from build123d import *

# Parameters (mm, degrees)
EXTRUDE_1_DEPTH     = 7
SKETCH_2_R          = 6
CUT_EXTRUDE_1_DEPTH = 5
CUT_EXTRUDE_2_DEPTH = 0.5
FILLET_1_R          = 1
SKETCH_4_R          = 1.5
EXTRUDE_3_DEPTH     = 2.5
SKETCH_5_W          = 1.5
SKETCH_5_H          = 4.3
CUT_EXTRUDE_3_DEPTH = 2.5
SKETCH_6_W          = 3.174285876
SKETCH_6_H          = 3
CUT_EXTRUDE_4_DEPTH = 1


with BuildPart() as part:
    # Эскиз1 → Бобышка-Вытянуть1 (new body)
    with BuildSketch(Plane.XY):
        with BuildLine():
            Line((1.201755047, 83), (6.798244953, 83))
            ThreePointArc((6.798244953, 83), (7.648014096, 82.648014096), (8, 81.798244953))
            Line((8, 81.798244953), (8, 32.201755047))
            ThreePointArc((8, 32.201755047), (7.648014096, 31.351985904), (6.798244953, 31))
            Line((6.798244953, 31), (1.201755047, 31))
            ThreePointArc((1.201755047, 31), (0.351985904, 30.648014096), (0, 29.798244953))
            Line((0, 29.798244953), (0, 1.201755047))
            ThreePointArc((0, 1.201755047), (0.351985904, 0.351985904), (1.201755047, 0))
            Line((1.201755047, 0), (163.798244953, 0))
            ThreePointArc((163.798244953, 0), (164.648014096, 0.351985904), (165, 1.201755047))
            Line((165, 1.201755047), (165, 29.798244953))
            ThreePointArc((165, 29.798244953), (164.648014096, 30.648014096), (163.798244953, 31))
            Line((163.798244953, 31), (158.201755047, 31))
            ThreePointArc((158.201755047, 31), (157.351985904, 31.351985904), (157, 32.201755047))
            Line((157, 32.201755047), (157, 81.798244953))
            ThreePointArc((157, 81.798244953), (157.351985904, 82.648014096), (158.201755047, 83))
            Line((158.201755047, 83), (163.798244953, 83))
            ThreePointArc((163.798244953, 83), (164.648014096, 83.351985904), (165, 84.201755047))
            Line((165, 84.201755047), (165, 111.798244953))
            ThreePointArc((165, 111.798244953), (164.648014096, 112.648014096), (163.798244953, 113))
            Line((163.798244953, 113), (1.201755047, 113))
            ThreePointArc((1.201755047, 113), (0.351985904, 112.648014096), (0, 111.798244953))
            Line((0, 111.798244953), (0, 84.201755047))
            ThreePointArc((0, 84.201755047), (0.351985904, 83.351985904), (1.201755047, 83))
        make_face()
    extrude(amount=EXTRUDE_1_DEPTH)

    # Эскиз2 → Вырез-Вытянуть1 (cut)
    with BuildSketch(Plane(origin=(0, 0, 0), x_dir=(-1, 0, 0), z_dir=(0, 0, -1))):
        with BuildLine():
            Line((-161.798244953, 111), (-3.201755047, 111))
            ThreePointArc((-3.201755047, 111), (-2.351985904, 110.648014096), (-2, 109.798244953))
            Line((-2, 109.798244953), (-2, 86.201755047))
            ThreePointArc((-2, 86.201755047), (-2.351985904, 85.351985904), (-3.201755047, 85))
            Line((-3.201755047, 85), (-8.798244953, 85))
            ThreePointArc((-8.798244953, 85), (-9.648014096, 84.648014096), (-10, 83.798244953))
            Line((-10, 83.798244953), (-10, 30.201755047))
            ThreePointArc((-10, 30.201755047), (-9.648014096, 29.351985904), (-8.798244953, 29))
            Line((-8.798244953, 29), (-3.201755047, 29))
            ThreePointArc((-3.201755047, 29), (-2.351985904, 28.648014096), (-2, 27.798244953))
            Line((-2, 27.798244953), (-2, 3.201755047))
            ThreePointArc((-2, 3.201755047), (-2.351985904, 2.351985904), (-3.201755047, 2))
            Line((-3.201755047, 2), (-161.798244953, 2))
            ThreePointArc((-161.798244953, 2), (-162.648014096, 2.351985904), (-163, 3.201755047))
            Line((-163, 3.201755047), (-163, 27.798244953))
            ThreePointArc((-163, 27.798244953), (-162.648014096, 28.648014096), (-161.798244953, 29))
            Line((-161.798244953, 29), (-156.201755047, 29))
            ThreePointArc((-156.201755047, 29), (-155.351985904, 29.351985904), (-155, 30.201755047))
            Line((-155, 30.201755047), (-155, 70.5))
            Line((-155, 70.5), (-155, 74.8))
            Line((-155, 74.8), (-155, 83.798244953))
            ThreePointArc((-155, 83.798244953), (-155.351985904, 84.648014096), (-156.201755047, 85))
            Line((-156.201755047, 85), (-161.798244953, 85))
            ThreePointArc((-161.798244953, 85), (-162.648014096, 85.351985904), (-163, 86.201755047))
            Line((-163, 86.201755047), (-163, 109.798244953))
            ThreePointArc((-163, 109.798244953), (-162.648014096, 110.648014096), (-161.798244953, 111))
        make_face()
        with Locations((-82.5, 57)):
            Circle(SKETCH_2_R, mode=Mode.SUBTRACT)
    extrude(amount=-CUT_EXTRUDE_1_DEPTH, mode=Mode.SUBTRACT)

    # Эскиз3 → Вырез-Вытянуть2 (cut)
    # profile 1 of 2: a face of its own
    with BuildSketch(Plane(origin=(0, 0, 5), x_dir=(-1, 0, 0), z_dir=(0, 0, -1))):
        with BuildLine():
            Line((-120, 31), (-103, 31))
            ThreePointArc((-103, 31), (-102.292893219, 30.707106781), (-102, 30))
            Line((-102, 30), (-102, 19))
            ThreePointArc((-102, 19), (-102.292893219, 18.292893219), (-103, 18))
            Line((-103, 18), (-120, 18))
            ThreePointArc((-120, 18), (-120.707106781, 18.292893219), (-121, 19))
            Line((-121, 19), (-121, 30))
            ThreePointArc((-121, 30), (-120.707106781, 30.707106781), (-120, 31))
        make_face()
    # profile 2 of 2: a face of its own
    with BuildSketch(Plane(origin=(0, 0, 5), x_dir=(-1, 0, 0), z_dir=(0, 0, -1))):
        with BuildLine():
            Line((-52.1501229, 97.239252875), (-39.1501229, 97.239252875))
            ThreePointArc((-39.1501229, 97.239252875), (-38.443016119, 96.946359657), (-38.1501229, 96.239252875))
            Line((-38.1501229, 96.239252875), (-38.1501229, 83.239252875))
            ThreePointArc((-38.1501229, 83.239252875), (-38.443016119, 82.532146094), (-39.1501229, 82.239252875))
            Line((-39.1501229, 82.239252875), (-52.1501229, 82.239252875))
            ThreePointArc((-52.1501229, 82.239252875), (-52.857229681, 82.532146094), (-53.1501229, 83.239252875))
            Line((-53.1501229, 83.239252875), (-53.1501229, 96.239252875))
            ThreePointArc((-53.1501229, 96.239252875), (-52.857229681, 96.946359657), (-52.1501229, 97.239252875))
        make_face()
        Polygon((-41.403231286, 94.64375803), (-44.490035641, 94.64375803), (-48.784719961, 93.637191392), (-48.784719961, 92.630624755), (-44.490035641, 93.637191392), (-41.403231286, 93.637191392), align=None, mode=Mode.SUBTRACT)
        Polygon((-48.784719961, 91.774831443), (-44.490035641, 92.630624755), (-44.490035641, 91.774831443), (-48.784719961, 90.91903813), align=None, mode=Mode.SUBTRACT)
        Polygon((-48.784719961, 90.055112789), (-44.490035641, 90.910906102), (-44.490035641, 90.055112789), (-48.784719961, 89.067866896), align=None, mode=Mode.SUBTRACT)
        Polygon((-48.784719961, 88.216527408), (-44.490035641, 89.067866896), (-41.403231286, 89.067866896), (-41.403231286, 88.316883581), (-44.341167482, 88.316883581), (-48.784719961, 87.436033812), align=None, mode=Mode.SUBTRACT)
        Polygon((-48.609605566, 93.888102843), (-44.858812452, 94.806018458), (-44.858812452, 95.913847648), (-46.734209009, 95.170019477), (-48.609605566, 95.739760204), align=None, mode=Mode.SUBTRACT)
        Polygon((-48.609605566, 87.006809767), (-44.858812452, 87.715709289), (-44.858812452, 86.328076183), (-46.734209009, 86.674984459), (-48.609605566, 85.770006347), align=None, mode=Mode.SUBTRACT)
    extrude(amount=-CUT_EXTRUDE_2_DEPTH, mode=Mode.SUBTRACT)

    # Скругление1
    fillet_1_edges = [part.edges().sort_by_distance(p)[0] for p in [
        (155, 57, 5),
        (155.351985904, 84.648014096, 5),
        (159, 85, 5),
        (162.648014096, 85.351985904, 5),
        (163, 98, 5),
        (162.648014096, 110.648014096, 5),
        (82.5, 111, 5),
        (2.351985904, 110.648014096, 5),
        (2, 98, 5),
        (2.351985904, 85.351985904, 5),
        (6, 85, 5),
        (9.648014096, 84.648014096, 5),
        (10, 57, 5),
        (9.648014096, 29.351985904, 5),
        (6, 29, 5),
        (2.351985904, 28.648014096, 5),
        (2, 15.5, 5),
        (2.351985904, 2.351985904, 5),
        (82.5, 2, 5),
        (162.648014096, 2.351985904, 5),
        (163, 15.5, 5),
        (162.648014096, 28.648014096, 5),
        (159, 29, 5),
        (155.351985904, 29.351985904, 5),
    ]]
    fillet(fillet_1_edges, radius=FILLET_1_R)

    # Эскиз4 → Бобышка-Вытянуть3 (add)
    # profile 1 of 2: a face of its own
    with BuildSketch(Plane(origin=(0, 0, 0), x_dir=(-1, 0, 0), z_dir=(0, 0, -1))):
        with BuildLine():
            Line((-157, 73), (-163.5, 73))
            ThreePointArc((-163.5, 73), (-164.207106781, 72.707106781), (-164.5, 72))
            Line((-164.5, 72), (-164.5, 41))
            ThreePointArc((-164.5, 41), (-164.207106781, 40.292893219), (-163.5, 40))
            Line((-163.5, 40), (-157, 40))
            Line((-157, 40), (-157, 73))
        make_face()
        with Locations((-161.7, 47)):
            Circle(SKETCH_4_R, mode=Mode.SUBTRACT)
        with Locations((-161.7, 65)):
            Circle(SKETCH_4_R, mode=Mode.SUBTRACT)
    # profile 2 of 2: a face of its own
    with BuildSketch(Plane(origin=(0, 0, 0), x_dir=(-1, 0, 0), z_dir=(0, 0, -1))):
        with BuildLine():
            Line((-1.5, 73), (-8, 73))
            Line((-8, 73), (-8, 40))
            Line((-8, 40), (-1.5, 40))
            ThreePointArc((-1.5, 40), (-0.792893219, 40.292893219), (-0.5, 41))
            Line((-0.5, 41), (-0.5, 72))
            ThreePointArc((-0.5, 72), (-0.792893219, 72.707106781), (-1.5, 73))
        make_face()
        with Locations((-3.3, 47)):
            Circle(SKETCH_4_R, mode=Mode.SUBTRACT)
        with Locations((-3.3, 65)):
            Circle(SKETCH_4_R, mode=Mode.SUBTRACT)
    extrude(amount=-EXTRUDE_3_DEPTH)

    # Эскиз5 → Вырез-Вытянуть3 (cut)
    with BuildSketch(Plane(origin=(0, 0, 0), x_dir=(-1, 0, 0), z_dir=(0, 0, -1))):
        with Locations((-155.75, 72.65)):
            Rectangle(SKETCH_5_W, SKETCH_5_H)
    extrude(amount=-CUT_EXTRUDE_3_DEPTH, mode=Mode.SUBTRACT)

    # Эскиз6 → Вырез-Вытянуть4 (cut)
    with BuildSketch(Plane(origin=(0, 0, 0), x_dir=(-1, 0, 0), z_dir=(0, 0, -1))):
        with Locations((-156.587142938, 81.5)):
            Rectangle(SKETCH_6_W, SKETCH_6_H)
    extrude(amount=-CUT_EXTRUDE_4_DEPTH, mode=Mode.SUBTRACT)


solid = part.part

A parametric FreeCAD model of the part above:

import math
import FreeCAD as App
import Part
import Sketcher

V = App.Vector


def edges_at(feature, points):
    """Names of the edges that pass closest to the given points."""
    edges = feature.Shape.Edges
    near = lambda p: min(range(len(edges)), key=lambda i: edges[i].distToShape(Part.Vertex(*p))[0])
    return sorted({f"Edge{near(p) + 1}" for p in points})


def add_polygon(sketch, points):
    """Adds a closed chain of lines whose ends are joined by coincident constraints."""
    first, n = sketch.GeometryCount, len(points)
    for a, b in zip(points, points[1:] + points[:1]):
        sketch.addGeometry(Part.LineSegment(App.Vector(*a, 0), App.Vector(*b, 0)), False)
    for i in range(n):
        sketch.addConstraint(Sketcher.Constraint("Coincident", first + i, 2, first + (i + 1) % n, 1))

doc = App.newDocument("Part")
body = doc.addObject("PartDesign::Body", "Body")

sketch1 = body.newObject("Sketcher::SketchObject", "Sketch")
sketch1.AttachmentSupport = (doc.getObject("XY_Plane"), [""])
sketch1.MapMode = "FlatFace"
sketch1.addGeometry([
    Part.LineSegment(V(1.2, 83, 0), V(6.8, 83, 0)),
    Part.ArcOfCircle(Part.Circle(V(6.8, 81.8, 0), V(0, 0, 1), 1.2), math.radians(0), math.radians(90)),
    Part.LineSegment(V(8, 81.8, 0), V(8, 32.2, 0)),
    Part.ArcOfCircle(Part.Circle(V(6.8, 32.2, 0), V(0, 0, 1), 1.2), math.radians(-90), math.radians(0)),
    Part.LineSegment(V(6.8, 31, 0), V(1.2, 31, 0)),
    Part.ArcOfCircle(Part.Circle(V(1.2, 29.8, 0), V(0, 0, 1), 1.2), math.radians(90), math.radians(180)),
    Part.LineSegment(V(0, 29.8, 0), V(0, 1.2, 0)),
    Part.ArcOfCircle(Part.Circle(V(1.2, 1.2, 0), V(0, 0, 1), 1.2), math.radians(180), math.radians(270)),
    Part.LineSegment(V(1.2, 0, 0), V(163.8, 0, 0)),
    Part.ArcOfCircle(Part.Circle(V(163.8, 1.2, 0), V(0, 0, 1), 1.2), math.radians(-90), math.radians(0)),
    Part.LineSegment(V(165, 1.2, 0), V(165, 29.8, 0)),
    Part.ArcOfCircle(Part.Circle(V(163.8, 29.8, 0), V(0, 0, 1), 1.2), math.radians(0), math.radians(90)),
    Part.LineSegment(V(163.8, 31, 0), V(158.2, 31, 0)),
    Part.ArcOfCircle(Part.Circle(V(158.2, 32.2, 0), V(0, 0, 1), 1.2), math.radians(180), math.radians(270)),
    Part.LineSegment(V(157, 32.2, 0), V(157, 81.8, 0)),
    Part.ArcOfCircle(Part.Circle(V(158.2, 81.8, 0), V(0, 0, 1), 1.2), math.radians(90), math.radians(180)),
    Part.LineSegment(V(158.2, 83, 0), V(163.8, 83, 0)),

[Assignment]
Gather every line from the listing above in which the word "Бобышка" appears.

[Exercise response]
    # Эскиз1 → Бобышка-Вытянуть1 (new body)
    # Эскиз4 → Бобышка-Вытянуть3 (add)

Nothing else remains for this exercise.